___ EXERCISE MATERIAL ___

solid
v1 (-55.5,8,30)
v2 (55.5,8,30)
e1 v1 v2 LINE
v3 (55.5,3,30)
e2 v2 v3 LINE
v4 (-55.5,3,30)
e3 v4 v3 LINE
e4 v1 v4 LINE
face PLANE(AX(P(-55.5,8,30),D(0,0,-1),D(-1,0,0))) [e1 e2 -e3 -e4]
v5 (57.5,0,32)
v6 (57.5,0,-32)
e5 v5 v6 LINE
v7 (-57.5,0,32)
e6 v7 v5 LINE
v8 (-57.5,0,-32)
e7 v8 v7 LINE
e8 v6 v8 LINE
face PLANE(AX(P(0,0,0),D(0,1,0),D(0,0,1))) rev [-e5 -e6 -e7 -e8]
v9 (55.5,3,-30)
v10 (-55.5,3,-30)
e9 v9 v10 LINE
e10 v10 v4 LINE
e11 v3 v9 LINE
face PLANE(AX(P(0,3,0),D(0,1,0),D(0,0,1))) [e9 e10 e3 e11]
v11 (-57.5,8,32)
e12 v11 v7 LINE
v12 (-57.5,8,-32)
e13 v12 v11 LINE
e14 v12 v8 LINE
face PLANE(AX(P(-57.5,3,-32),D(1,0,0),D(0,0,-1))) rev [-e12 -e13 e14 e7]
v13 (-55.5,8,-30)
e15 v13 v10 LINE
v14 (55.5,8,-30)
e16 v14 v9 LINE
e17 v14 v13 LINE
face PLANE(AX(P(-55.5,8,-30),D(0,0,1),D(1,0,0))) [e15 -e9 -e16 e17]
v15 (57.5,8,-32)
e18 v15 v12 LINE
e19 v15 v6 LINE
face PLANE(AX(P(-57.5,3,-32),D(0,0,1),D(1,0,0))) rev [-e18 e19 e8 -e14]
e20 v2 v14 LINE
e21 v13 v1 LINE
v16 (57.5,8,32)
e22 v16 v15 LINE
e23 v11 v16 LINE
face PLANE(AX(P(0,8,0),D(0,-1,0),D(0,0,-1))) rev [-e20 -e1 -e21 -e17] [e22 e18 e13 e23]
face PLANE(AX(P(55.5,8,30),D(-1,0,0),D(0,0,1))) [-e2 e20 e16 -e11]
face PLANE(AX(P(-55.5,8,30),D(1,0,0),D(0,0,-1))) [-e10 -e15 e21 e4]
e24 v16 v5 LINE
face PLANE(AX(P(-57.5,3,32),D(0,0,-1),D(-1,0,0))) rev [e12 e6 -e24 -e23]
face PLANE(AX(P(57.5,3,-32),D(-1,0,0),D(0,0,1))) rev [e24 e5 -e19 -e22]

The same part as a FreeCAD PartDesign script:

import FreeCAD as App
import Part
import Sketcher

V = App.Vector


def add_polygon(sketch, points):
    """Adds a closed chain of lines whose ends are joined by coincident constraints."""
    first, n = sketch.GeometryCount, len(points)
    for a, b in zip(points, points[1:] + points[:1]):
        sketch.addGeometry(Part.LineSegment(App.Vector(*a, 0), App.Vector(*b, 0)), False)
    for i in range(n):
        sketch.addConstraint(Sketcher.Constraint("Coincident", first + i, 2, first + (i + 1) % n, 1))

doc = App.newDocument("Part")
body = doc.addObject("PartDesign::Body", "Body")

# Sketch on XZ plane
sketch1 = body.newObject("Sketcher::SketchObject", "Sketch")
sketch1.AttachmentSupport = (doc.getObject("XZ_Plane"), [""])
sketch1.MapMode = "FlatFace"
add_polygon(sketch1, [(-57.5, -32), (-57.5, 32), (57.5, 32), (57.5, -32)])  # lines 0-3
sketch1.addConstraint([
    Sketcher.Constraint("Vertical", 0),
    Sketcher.Constraint("Horizontal", 1),
    Sketcher.Constraint("Vertical", 2),
    Sketcher.Constraint("Horizontal", 3),
    Sketcher.Constraint("Symmetric", 0, 2, 2, 2, -1, 1),
    Sketcher.Constraint("DistanceX", 1, 1, 1, 2, 115.0),
    Sketcher.Constraint("DistanceY", 0, 1, 0, 2, 64.0),
])
pad1 = body.newObject("PartDesign::Pad", "Pad")
pad1.Profile = sketch1
pad1.Length = 3
pad1.Reversed = True

# Sketch on XZ plane
sketch2 = body.newObject("Sketcher::SketchObject", "Sketch001")
sketch2.AttachmentSupport = (doc.getObject("XZ_Plane"), [""])
sketch2.MapMode = "FlatFace"
sketch2.AttachmentOffset = App.Placement(V(0, 0, -3), App.Rotation())
add_polygon(sketch2, [(-57.5, -32), (-57.5, 32), (57.5, 32), (57.5, -32)])  # lines 0-3
add_polygon(sketch2, [(55.5, 30), (-55.5, 30), (-55.5, -30), (55.5, -30)])  # lines 4-7
sketch2.addConstraint([
    Sketcher.Constraint("Vertical", 0),
    Sketcher.Constraint("Horizontal", 1),
    Sketcher.Constraint("Vertical", 2),
    Sketcher.Constraint("Horizontal", 3),
    Sketcher.Constraint("Horizontal", 4),
    Sketcher.Constraint("Vertical", 5),
    Sketcher.Constraint("Horizontal", 6),
    Sketcher.Constraint("Vertical", 7),
    Sketcher.Constraint("Symmetric", 0, 2, 2, 2, -1, 1),
    Sketcher.Constraint("Symmetric", 4, 2, 6, 2, -1, 1),
    Sketcher.Constraint("DistanceX", 1, 1, 1, 2, 115.0),
    Sketcher.Constraint("DistanceX", 4, 2, 4, 1, 111.0),
    Sketcher.Constraint("DistanceY", 0, 1, 0, 2, 64.0),
    Sketcher.Constraint("DistanceY", 5, 2, 5, 1, 60.0),
])
pad2 = body.newObject("PartDesign::Pad", "Pad001")
pad2.Profile = sketch2
pad2.Length = 5
pad2.Reversed = True

doc.recompute()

___

◆ **PROBLEM REQUIREMENTS**: Look above for the line containing "v12 (-57.5,8,-32)" and the line containing "The same part". Transcribe both, with the lines between them, exactly.

◆ **SOLUTION FOR THIS PROBLEM**:
v12 (-57.5,8,-32)
e13 v12 v11 LINE
e14 v12 v8 LINE
face PLANE(AX(P(-57.5,3,-32),D(1,0,0),D(0,0,-1))) rev [-e12 -e13 e14 e7]
v13 (-55.5,8,-30)
e15 v13 v10 LINE
v14 (55.5,8,-30)
e16 v14 v9 LINE
e17 v14 v13 LINE
face PLANE(AX(P(-55.5,8,-30),D(0,0,1),D(1,0,0))) [e15 -e9 -e16 e17]
v15 (57.5,8,-32)
e18 v15 v12 LINE
e19 v15 v6 LINE
face PLANE(AX(P(-57.5,3,-32),D(0,0,1),D(1,0,0))) rev [-e18 e19 e8 -e14]
e20 v2 v14 LINE
e21 v13 v1 LINE
v16 (57.5,8,32)
e22 v16 v15 LINE
e23 v11 v16 LINE
face PLANE(AX(P(0,8,0),D(0,-1,0),D(0,0,-1))) rev [-e20 -e1 -e21 -e17] [e22 e18 e13 e23]
face PLANE(AX(P(55.5,8,30),D(-1,0,0),D(0,0,1))) [-e2 e20 e16 -e11]
face PLANE(AX(P(-55.5,8,30),D(1,0,0),D(0,0,-1))) [-e10 -e15 e21 e4]
e24 v16 v5 LINE
face PLANE(AX(P(-57.5,3,32),D(0,0,-1),D(-1,0,0))) rev [e12 e6 -e24 -e23]
face PLANE(AX(P(57.5,3,-32),D(-1,0,0),D(0,0,1))) rev [e24 e5 -e19 -e22]

The same part as a FreeCAD PartDesign script:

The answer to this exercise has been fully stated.